Stored data:
__________
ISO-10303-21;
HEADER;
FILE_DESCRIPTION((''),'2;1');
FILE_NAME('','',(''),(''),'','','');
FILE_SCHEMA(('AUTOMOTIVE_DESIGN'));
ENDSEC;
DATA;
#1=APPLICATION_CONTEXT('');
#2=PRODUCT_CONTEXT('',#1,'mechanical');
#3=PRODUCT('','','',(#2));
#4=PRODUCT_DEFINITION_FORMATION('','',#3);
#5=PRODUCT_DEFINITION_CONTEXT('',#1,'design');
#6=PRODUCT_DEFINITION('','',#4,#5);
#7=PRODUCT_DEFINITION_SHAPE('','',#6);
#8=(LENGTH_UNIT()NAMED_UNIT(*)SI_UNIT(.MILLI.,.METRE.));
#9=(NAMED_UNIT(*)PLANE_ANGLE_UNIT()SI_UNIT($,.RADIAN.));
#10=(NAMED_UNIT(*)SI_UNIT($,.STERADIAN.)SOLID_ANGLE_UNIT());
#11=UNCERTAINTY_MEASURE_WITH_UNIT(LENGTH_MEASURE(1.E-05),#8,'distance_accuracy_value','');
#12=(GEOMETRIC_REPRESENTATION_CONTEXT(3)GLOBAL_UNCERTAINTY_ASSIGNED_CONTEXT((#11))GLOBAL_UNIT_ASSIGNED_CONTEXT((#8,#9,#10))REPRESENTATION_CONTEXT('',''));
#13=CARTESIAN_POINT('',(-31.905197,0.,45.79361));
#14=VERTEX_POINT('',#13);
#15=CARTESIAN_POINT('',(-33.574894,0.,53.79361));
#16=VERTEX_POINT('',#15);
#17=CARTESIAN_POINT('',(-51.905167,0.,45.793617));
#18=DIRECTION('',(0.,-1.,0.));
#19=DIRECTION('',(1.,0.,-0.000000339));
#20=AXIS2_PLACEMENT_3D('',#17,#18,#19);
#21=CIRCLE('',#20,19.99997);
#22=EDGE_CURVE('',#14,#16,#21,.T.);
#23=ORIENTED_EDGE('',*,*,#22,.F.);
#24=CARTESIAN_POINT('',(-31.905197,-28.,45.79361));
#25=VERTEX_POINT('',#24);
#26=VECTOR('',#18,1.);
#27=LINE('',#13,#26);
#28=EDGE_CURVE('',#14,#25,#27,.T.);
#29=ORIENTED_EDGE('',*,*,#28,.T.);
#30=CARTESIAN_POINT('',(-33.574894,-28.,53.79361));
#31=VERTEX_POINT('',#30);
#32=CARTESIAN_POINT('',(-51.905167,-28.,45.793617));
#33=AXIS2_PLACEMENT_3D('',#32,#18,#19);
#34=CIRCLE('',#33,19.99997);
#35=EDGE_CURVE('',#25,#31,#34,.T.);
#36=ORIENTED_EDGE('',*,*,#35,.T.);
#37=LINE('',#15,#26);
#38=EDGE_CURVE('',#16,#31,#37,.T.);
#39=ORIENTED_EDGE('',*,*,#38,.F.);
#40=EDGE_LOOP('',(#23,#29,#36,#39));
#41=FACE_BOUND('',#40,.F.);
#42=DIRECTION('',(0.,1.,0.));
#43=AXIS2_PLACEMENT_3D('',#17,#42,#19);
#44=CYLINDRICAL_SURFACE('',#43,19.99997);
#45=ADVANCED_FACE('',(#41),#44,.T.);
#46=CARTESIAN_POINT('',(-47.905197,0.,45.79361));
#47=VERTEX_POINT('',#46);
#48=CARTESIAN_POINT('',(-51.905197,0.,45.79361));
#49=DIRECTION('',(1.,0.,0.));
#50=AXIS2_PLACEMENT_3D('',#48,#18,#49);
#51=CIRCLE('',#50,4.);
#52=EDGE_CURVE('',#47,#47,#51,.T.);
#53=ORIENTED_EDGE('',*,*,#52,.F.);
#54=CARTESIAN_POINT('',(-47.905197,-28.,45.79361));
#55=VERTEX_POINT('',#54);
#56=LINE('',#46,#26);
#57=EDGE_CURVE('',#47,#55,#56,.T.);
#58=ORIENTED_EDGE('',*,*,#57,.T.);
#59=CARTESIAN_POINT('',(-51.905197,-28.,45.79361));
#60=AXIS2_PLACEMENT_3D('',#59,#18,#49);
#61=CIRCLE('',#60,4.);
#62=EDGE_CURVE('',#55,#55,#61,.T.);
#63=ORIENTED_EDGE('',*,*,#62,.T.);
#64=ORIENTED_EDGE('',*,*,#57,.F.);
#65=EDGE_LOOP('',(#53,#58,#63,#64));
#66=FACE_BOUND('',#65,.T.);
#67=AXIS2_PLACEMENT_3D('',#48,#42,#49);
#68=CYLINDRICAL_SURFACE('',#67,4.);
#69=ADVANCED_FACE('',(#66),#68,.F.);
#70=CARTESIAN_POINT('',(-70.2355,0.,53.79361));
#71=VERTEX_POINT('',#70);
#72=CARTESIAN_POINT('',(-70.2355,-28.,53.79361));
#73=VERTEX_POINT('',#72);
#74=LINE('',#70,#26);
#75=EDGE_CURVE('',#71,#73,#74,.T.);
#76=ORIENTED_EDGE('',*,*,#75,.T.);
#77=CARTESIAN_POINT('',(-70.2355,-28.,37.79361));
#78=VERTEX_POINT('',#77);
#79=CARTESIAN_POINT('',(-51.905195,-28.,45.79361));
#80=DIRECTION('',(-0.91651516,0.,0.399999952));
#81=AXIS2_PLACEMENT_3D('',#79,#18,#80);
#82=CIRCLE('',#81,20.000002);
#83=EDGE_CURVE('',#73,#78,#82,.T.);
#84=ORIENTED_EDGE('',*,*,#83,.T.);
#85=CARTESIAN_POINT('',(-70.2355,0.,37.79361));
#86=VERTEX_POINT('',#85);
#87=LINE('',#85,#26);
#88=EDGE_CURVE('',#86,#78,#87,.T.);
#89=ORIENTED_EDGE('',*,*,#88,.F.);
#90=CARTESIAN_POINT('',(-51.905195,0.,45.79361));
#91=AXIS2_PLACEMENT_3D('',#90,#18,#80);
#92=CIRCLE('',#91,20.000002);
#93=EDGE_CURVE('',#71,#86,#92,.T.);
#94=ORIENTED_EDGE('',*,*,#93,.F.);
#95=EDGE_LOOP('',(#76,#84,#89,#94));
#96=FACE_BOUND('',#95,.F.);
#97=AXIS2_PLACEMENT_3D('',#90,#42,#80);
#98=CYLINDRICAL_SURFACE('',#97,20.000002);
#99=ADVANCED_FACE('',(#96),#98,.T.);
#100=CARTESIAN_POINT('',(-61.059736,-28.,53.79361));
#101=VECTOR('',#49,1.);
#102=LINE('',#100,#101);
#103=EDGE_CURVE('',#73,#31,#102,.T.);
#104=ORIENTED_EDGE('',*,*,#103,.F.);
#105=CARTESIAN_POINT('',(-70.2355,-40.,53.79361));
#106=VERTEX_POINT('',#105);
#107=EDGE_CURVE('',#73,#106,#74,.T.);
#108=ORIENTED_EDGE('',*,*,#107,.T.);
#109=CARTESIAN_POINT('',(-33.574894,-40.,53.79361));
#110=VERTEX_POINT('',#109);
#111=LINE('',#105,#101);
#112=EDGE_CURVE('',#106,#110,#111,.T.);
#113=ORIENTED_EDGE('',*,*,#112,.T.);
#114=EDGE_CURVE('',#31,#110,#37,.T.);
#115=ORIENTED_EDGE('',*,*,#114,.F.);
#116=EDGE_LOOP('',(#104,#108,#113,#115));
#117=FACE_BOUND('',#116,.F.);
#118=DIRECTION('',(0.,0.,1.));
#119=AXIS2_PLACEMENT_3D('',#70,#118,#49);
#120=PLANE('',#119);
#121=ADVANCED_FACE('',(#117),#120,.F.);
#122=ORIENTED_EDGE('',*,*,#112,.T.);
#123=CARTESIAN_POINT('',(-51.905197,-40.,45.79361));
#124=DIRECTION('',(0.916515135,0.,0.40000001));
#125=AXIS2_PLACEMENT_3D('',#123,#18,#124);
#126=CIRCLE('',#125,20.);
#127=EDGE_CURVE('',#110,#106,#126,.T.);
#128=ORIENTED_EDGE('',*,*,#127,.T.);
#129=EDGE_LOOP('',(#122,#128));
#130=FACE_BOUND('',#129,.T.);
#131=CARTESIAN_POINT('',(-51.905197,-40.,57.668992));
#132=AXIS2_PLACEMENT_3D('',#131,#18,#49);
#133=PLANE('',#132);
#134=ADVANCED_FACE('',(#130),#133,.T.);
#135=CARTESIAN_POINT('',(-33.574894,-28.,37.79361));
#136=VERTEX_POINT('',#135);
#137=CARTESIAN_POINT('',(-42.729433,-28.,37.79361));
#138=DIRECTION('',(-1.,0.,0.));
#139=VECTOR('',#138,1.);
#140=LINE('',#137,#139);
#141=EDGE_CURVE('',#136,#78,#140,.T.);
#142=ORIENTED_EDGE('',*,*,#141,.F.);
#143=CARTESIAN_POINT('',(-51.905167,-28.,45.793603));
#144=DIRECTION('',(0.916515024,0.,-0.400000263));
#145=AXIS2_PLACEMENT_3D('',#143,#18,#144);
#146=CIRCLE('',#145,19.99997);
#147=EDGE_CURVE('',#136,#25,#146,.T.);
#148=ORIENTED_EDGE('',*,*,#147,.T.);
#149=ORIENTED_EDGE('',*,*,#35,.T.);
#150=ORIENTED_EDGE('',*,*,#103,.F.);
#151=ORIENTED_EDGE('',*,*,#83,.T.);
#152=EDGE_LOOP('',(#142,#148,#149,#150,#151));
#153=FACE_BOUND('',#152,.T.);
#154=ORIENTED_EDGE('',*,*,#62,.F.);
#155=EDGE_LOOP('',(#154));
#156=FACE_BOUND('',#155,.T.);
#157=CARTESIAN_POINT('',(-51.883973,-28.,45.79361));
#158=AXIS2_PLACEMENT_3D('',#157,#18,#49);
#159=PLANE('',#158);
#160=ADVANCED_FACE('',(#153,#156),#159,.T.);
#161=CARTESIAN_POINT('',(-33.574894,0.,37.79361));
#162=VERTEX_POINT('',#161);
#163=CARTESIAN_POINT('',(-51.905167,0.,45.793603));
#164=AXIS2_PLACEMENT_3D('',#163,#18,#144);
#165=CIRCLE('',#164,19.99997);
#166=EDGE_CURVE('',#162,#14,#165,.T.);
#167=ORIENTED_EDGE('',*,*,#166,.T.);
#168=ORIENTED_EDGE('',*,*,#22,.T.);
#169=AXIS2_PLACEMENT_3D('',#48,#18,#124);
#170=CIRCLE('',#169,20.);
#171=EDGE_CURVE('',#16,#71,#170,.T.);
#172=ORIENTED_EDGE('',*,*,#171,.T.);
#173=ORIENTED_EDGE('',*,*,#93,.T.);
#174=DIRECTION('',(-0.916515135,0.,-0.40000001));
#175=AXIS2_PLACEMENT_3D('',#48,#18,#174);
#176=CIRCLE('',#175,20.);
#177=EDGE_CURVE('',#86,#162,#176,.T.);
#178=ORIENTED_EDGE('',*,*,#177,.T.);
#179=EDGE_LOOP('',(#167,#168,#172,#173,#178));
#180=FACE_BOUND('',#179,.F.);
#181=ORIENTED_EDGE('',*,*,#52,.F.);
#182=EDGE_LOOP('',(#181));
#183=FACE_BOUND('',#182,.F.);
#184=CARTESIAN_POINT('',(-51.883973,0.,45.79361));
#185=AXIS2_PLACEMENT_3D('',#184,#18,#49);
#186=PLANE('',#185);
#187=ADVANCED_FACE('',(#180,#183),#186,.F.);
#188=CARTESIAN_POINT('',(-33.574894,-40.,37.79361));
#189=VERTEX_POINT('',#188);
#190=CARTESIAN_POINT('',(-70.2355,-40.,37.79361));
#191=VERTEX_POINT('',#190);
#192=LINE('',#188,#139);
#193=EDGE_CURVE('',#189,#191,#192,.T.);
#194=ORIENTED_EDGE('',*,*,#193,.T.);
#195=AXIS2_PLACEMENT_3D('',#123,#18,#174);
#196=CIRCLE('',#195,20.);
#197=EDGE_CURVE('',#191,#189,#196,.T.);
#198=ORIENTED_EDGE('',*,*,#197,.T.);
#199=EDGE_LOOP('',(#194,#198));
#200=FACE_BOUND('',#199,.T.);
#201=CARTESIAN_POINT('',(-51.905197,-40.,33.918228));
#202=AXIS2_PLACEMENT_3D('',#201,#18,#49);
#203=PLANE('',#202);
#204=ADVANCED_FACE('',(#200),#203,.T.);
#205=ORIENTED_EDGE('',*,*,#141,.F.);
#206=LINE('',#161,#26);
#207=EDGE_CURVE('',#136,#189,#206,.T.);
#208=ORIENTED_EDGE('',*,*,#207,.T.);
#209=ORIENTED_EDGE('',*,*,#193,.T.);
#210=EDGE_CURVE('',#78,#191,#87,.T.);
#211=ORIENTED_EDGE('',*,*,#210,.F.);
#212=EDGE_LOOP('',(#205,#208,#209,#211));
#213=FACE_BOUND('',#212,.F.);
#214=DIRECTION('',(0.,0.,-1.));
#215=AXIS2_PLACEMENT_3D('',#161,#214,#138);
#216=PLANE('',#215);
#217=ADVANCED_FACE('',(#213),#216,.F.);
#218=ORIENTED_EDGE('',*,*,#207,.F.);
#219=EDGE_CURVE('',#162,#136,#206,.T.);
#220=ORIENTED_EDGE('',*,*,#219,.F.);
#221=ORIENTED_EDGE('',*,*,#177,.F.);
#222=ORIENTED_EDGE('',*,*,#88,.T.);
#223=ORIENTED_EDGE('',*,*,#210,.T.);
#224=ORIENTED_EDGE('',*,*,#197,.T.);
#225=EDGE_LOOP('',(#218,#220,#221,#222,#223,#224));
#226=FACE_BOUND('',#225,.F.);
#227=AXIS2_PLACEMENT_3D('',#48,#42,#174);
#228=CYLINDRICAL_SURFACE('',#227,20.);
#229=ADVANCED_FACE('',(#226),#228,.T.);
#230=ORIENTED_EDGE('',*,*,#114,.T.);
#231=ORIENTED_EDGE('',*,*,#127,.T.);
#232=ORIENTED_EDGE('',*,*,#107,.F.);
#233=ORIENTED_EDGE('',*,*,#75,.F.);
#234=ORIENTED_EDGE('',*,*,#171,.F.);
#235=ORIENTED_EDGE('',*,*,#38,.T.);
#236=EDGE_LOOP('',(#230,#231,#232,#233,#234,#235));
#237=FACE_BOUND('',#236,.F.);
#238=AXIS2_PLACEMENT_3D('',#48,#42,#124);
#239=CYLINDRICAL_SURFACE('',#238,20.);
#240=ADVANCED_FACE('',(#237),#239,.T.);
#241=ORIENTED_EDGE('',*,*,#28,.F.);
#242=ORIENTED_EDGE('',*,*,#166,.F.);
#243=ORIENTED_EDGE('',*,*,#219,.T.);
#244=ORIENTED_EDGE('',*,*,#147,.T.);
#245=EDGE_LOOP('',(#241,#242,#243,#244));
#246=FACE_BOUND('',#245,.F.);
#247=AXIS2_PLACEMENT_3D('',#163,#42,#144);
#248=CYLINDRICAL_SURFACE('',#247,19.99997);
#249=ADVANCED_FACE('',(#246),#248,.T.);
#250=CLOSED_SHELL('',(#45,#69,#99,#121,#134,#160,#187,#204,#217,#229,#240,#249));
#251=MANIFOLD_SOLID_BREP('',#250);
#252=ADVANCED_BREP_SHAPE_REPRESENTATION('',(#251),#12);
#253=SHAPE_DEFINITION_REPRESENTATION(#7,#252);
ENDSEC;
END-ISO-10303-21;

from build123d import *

# Parameters (mm, degrees)
F1_DEPTH = 40
F0_R     = 4
F2_DEPTH = 28


with BuildPart() as f1:
    # F0 (on Front) → F1 (new body)
    with BuildSketch(Plane.XZ):
        with BuildLine():
            Line((-70.2355, 53.79361), (-33.574894, 53.79361))
            ThreePointArc((-33.574894, 53.79361), (-51.905197, 65.79361), (-70.2355, 53.79361))
        make_face()
        with BuildLine():
            ThreePointArc((-70.2355, 37.79361), (-51.905197, 25.79361), (-33.574894, 37.79361))
            Line((-33.574894, 37.79361), (-70.2355, 37.79361))
        make_face()
    extrude(amount=F1_DEPTH)

    # F0 (on Front) → F2 (join)
    with BuildSketch(Plane.XZ):
        with BuildLine():
            ThreePointArc((-33.574894, 37.79361), (-32.32707, 41.707417), (-31.905197, 45.79361))
            ThreePointArc((-31.905197, 45.79361), (-32.32707, 49.879803), (-33.574894, 53.79361))
            Line((-33.574894, 53.79361), (-70.2355, 53.79361))
            ThreePointArc((-70.2355, 53.79361), (-71.905197, 45.79361), (-70.2355, 37.79361))
            Line((-70.2355, 37.79361), (-33.574894, 37.79361))
        make_face()
        with Locations((-51.905197, 45.79361)):
            Circle(F0_R, mode=Mode.SUBTRACT)
        with BuildLine():
            Line((-70.2355, 53.79361), (-33.574894, 53.79361))
            ThreePointArc((-33.574894, 53.79361), (-51.905197, 65.79361), (-70.2355, 53.79361))
        make_face()
        with BuildLine():
            ThreePointArc((-70.2355, 37.79361), (-51.905197, 25.79361), (-33.574894, 37.79361))
            Line((-33.574894, 37.79361), (-70.2355, 37.79361))
        make_face()
    extrude(amount=F2_DEPTH)


solid = f1.part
__________
In your answer, include only the lines above starting at the line that holds "#139=VECTOR('',#138,1.);" and ending at the line that holds "#145=AXIS2_PLACEMENT_3D('',#143,#18,#144);", copied exactly.

▶ Response box:
#139=VECTOR('',#138,1.);
#140=LINE('',#137,#139);
#141=EDGE_CURVE('',#136,#78,#140,.T.);
#142=ORIENTED_EDGE('',*,*,#141,.F.);
#143=CARTESIAN_POINT('',(-51.905167,-28.,45.793603));
#144=DIRECTION('',(0.916515024,0.,-0.400000263));
#145=AXIS2_PLACEMENT_3D('',#143,#18,#144);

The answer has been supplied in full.